Mein Wunsch wieder aufzubrechen war nie weg, im Gegenteil, er wuchs von Tag zu Tag. Bereits damals am Nordkap war ich traurig, dass es erstmal nicht für mich weiter ging, sondern wieder der normale Alltag auf mich wartete. Was in den letzten Jahren dann passiert ist, ist für mich immer noch schwer zu begreifen, schwer in Worte zu fassen. Das große Interesse an meiner Tour von damals, die Entstehung des Buches und auch die Vorträge, die immer zahlreicher werden, sind für mich einfach unglaublich.

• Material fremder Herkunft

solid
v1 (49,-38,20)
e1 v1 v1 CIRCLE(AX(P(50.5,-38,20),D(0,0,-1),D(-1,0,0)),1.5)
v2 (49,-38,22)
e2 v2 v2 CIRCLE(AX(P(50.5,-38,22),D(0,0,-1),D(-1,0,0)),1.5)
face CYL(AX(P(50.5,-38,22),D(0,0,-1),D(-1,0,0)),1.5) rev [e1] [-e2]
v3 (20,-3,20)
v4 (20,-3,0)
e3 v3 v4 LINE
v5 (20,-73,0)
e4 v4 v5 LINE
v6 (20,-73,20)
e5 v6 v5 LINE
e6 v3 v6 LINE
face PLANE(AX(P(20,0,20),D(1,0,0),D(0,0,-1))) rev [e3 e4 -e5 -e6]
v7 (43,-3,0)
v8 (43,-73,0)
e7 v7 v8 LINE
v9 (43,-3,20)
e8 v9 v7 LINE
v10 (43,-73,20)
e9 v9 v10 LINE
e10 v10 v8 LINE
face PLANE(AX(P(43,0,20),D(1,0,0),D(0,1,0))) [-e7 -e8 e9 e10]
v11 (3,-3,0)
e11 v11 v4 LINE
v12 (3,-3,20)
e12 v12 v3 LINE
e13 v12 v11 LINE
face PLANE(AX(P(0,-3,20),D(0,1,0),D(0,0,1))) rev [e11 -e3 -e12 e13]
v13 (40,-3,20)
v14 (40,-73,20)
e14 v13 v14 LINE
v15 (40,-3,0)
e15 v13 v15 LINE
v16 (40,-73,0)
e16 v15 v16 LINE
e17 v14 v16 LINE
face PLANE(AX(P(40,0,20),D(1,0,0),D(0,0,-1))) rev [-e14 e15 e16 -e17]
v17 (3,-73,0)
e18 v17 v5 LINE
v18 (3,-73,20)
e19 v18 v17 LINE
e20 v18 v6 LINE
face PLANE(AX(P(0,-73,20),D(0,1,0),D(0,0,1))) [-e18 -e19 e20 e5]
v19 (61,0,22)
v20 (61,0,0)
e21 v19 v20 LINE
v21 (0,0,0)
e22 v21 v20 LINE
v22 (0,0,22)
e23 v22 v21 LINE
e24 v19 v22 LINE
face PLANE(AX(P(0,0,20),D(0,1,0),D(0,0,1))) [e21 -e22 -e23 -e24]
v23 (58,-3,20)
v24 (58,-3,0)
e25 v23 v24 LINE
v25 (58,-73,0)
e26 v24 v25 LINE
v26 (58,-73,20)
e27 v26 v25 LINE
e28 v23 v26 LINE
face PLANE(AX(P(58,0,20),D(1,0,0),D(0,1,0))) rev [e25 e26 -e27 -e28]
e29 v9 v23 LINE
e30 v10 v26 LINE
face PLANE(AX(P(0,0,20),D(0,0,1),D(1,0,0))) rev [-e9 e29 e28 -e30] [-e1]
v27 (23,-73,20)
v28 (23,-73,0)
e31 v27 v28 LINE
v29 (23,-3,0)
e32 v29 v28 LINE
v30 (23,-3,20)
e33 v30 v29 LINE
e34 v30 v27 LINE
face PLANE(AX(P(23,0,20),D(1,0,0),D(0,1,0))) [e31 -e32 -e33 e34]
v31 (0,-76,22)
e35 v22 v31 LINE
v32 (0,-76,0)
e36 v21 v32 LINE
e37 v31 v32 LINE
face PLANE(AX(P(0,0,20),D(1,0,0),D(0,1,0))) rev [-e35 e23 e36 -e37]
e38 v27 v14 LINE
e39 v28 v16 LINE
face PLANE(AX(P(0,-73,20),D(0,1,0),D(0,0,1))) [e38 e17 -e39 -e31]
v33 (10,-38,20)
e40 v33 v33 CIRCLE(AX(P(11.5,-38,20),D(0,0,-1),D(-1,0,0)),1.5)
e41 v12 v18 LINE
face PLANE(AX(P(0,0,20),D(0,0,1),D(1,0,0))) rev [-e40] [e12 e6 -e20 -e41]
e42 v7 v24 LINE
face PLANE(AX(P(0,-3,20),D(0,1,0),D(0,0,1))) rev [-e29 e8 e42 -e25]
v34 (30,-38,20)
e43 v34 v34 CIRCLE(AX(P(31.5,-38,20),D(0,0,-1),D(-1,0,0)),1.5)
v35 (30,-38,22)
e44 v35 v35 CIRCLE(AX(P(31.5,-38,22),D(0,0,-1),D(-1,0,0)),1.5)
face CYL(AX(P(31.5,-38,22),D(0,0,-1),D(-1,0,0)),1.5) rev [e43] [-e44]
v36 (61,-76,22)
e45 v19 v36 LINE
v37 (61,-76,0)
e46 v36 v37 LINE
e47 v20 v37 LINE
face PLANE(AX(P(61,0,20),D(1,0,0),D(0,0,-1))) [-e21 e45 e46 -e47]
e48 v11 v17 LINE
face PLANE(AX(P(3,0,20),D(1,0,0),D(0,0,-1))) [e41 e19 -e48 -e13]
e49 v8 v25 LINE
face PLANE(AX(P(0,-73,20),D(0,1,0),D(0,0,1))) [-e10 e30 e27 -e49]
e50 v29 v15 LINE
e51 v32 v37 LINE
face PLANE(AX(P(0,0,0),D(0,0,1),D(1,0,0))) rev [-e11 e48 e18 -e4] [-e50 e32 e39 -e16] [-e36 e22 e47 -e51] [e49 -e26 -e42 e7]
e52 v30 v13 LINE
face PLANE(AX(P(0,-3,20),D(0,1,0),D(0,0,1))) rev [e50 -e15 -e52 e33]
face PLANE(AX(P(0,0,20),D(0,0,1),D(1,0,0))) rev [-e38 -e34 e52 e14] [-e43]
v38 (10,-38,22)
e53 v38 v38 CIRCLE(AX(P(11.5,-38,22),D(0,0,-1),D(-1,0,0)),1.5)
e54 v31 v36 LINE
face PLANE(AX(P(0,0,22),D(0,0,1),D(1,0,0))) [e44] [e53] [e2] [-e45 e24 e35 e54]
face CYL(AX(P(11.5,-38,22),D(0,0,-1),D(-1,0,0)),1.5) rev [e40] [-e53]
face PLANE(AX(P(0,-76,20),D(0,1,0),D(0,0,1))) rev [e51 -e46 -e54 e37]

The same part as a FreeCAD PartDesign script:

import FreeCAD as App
import Part
import Sketcher

V = App.Vector


def add_polygon(sketch, points):
    """Adds a closed chain of lines whose ends are joined by coincident constraints."""
    first, n = sketch.GeometryCount, len(points)
    for a, b in zip(points, points[1:] + points[:1]):
        sketch.addGeometry(Part.LineSegment(App.Vector(*a, 0), App.Vector(*b, 0)), False)
    for i in range(n):
        sketch.addConstraint(Sketcher.Constraint("Coincident", first + i, 2, first + (i + 1) % n, 1))

doc = App.newDocument("Part")
params = doc.addObject("Spreadsheet::Sheet", "Params")
for row, (alias, value) in enumerate([
    ("sketch1_width", "81 mm"),
    ("sketch1_width2", "17 mm"),
    ("sketch1_width3", "15 mm"),
    ("sketch1_height", "76 mm"),
    ("sketch1_height2", "70 mm"),
    ("pad1_length", "20 mm"),
    ("sketch2_width", "81 mm"),
    ("sketch2_height", "76 mm"),
    ("pad2_length", "2 mm"),
    ("sketch3_diameter", "3 mm"),
    ("pocket1_length", "2 mm"),
    ("sketch4_diameter", "3 mm"),
], start=1):
    params.set(f"A{row}", alias)
    params.set(f"B{row}", "=" + value)
    params.setAlias(f"B{row}", alias)

body = doc.addObject("PartDesign::Body", "Body")

# Sketch on XY plane
sketch1 = body.newObject("Sketcher::SketchObject", "Sketch")
sketch1.AttachmentSupport = (doc.getObject("XY_Plane"), [""])
sketch1.MapMode = "FlatFace"
add_polygon(sketch1, [(0, 0), (0, -76), (81, -76), (81, 0)])  # lines 0-3
add_polygon(sketch1, [(20, -73), (3, -73), (3, -3), (20, -3)])  # lines 4-7
add_polygon(sketch1, [(40, -73), (23, -73), (23, -3), (40, -3)])  # lines 8-11
add_polygon(sketch1, [(58, -73), (43, -73), (43, -3), (58, -3)])  # lines 12-15
add_polygon(sketch1, [(78, -73), (61, -73), (61, -3), (78, -3)])  # lines 16-19
sketch1.addConstraint([
    Sketcher.Constraint("Vertical", 0),
    Sketcher.Constraint("Horizontal", 1),
    Sketcher.Constraint("Vertical", 2),
    Sketcher.Constraint("Horizontal", 3),
    Sketcher.Constraint("Horizontal", 4),
    Sketcher.Constraint("Vertical", 5),
    Sketcher.Constraint("Horizontal", 6),
    Sketcher.Constraint("Vertical", 7),
    Sketcher.Constraint("Horizontal", 8),
    Sketcher.Constraint("Vertical", 9),
    Sketcher.Constraint("Horizontal", 10),
    Sketcher.Constraint("Vertical", 11),
    Sketcher.Constraint("Horizontal", 12),
    Sketcher.Constraint("Vertical", 13),
    Sketcher.Constraint("Horizontal", 14),
    Sketcher.Constraint("Vertical", 15),
    Sketcher.Constraint("Horizontal", 16),
    Sketcher.Constraint("Vertical", 17),
    Sketcher.Constraint("Horizontal", 18),
    Sketcher.Constraint("Vertical", 19),
    Sketcher.Constraint("Coincident", 3, 2, -1, 1),
    Sketcher.Constraint("Horizontal", 7, 2, 8, 2),
    Sketcher.Constraint("Horizontal", 6, 2, 9, 2),
    Sketcher.Constraint("Horizontal", 11, 2, 12, 2),
    Sketcher.Constraint("Horizontal", 10, 2, 13, 2),
    Sketcher.Constraint("Horizontal", 15, 2, 16, 2),
    Sketcher.Constraint("Horizontal", 14, 2, 17, 2),
    Sketcher.Constraint("Equal", 6, 8),
    Sketcher.Constraint("Equal", 10, 16),
    Sketcher.Constraint("DistanceX", 1, 1, 1, 2, 81.0),
    Sketcher.Constraint("DistanceX", 4, 2, 4, 1, 17.0),
    Sketcher.Constraint("DistanceX", 12, 2, 12, 1, 15.0),
    Sketcher.Constraint("DistanceY", 0, 2, 0, 1, 76.0),
    Sketcher.Constraint("DistanceY", 5, 1, 5, 2, 70.0),
    Sketcher.Constraint("DistanceX", -1, 1, 4, 2, 3.0),
    Sketcher.Constraint("DistanceY", 4, 2, -1, 1, 73.0),
    Sketcher.Constraint("DistanceX", -1, 1, 8, 2, 23.0),
    Sketcher.Constraint("DistanceX", -1, 1, 12, 2, 43.0),
    Sketcher.Constraint("DistanceX", -1, 1, 16, 2, 61.0),
])
sketch1.setExpression("Constraints[49]", "Params.sketch1_width")
sketch1.setExpression("Constraints[50]", "Params.sketch1_width2")
sketch1.setExpression("Constraints[51]", "Params.sketch1_width3")
sketch1.setExpression("Constraints[52]", "Params.sketch1_height")
sketch1.setExpression("Constraints[53]", "Params.sketch1_height2")
pad1 = body.newObject("PartDesign::Pad", "Pad")
pad1.Profile = sketch1
pad1.setExpression("Length", "Params.pad1_length")

# Sketch on XY plane
sketch2 = body.newObject("Sketcher::SketchObject", "Sketch001")
sketch2.AttachmentSupport = (doc.getObject("XY_Plane"), [""])
sketch2.MapMode = "FlatFace"
sketch2.AttachmentOffset = App.Placement(V(0, 0, 20), App.Rotation())
add_polygon(sketch2, [(0, 0), (0, -76), (81, -76), (81, 0)])  # lines 0-3
sketch2.addConstraint([
    Sketcher.Constraint("Vertical", 0),
    Sketcher.Constraint("Horizontal", 1),
    Sketcher.Constraint("Vertical", 2),
    Sketcher.Constraint("Horizontal", 3),
    Sketcher.Constraint("Coincident", 3, 2, -1, 1),
    Sketcher.Constraint("DistanceX", 1, 1, 1, 2, 81.0),
    Sketcher.Constraint("DistanceY", 0, 2, 0, 1, 76.0),
])
sketch2.setExpression("Constraints[9]", "Params.sketch2_width")
sketch2.setExpression("Constraints[10]", "Params.sketch2_height")
pad2 = body.newObject("PartDesign::Pad", "Pad001")
pad2.Profile = sketch2
pad2.setExpression("Length", "Params.pad2_length")

# Sketch on XY plane
sketch3 = body.newObject("Sketcher::SketchObject", "Sketch002")
sketch3.AttachmentSupport = (doc.getObject("XY_Plane"), [""])
sketch3.MapMode = "FlatFace"
sketch3.AttachmentOffset = App.Placement(V(0, 0, 20), App.Rotation())
sketch3.addGeometry([
    Part.Circle(V(11.5, -38, 0), V(0, 0, 1), 1.5),
    Part.Circle(V(31.5, -38, 0), V(0, 0, 1), 1.5),
    Part.Circle(V(50.5, -38, 0), V(0, 0, 1), 1.5),
    Part.Circle(V(69.5, -38, 0), V(0, 0, 1), 1.5),
], False)
sketch3.addConstraint([
    Sketcher.Constraint("Equal", 0, 1),
    Sketcher.Constraint("Equal", 1, 2),
    Sketcher.Constraint("Equal", 2, 3),
    Sketcher.Constraint("Horizontal", 0, 3, 1, 3),
    Sketcher.Constraint("Horizontal", 1, 3, 2, 3),
    Sketcher.Constraint("Horizontal", 2, 3, 3, 3),
    Sketcher.Constraint("Diameter", 0, 3.0),
    Sketcher.Constraint("DistanceY", 0, 3, -1, 1, 38.0),
    Sketcher.Constraint("DistanceX", 0, 3, 1, 3, 20.0),
    Sketcher.Constraint("DistanceX", 1, 3, 2, 3, 19.0),
    Sketcher.Constraint("DistanceX", 2, 3, 3, 3, 19.0),
    Sketcher.Constraint("DistanceX", -1, 1, 0, 3, 11.5),
])
sketch3.setExpression("Constraints[6]", "Params.sketch3_diameter")
pocket1 = body.newObject("PartDesign::Pocket", "Pocket")
pocket1.Profile = sketch3
pocket1.setExpression("Length", "Params.pocket1_length")
pocket1.Reversed = True

# Sketch on XY plane
sketch4 = body.newObject("Sketcher::SketchObject", "Sketch003")
sketch4.AttachmentSupport = (doc.getObject("XY_Plane"), [""])
sketch4.MapMode = "FlatFace"
sketch4.AttachmentOffset = App.Placement(V(0, 0, 20), App.Rotation())
add_polygon(sketch4, [(61, -79.1), (61, 3.6), (91.3, 3.6), (89.8, -78.4)])  # lines 0-3
sketch4.addGeometry(Part.Circle(V(69.5, -38, 0), V(0, 0, 1), 1.5), False)  # 4
sketch4.addConstraint([
    Sketcher.Constraint("Vertical", 0),
    Sketcher.Constraint("Horizontal", 1),
    Sketcher.Constraint("Diameter", 4, 3.0),
    Sketcher.Constraint("DistanceY", 4, 3, -1, 1, 38.0),
    Sketcher.Constraint("DistanceX", -1, 1, 0, 2, 61.0),
    Sketcher.Constraint("DistanceX", -1, 1, 4, 3, 69.5),
    Sketcher.Constraint("DistanceX", 1, 1, 1, 2, 30.298539),
    Sketcher.Constraint("DistanceY", 2, 2, 1, 2, 82.0143),
    Sketcher.Constraint("Distance", 3, 28.809779),
    Sketcher.Constraint("DistanceY", 0, 1, 0, 2, 82.711284),
    Sketcher.Constraint("DistanceY", 3, 2, -1, 1, 79.12526),
])
sketch4.setExpression("Constraints[6]", "Params.sketch4_diameter")
pocket2 = body.newObject("PartDesign::Pocket", "Pocket001")
pocket2.Profile = sketch4
pocket2.Type = "ThroughAll"
pocket2.Midplane = True

doc.recompute()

Bei jedem meiner Vorträge stehe ich irgendwann mitten im Vortrag einfach nur kurz da, schaue ins Publikum und muss mich kneifen, so unwirklich ist es für mich, dass an solchen Abenden oder Tagen teilweise einige hundert Leute kommen, mitunter von weit her extra angereist, um mit mir nach Norwegen zu kommen, meine Geschichte zu hören. Erst letzte Woche in Heilbronn kam nach dem Vortrag eine Frau zu mir, die extra aus Berlin zu meinem Vortrag gekommen war, in Erlangen war eine komplette Familie aus München angereist, um sich meinen Vortrag anzuhören. Wie krass ist das denn?
Ein Vorbild für andere?
Auch die vielen, vielen positiven Rückmeldungen, die ich per E-Mail bekomme, sind einfach der Wahnsinn und lassen mich oft staunen, bei manchen E-Mails muss ich gar schlucken und habe beim Lesen einen dicken Kloß im Hals.
Ein Beispiel: Eines Tages bekam ich eine E-Mail von einer jungen Frau, die per Zufall mein Buch geschenkt bekommen hatte. Sie las es und kam zu der Stelle, an der ich im Saltfjell den Polarkreis überquere. Genau dort steckte ein Schwert im Boden, an dem eine Plakette mit einem Namen befestigt war, dazu ein Eintrag im Hüttenbuch der nahen kleinen Wetterschutzhütte. Darin wurde berichtet, dass an dieser Stelle die Asche eines jungen Mannes verstreut wurde, da dies sein Lieblingsplatz in Skandinavien gewesen ist. Diese Episode hatte mich damals sehr beschäftigt und hing mir noch lange nach. Und nun bekam ich eine E-Mail von der Ehefrau dieses jungen Mannes und hörte die ganze Geschichte und die Umstände, die dazu führten, dass die Asche dort verstreut worden ist. Wie muss es ihr wohl ergangen sein, als sie ohne jegliche Vorwarnung davon in meinem Buch las? Ich saß sprachlos vor dem Computer und mir liefen die Tränen herunter. Wie kurz kann das Leben sein? Von jetzt auf gleich kann es vorbei sein!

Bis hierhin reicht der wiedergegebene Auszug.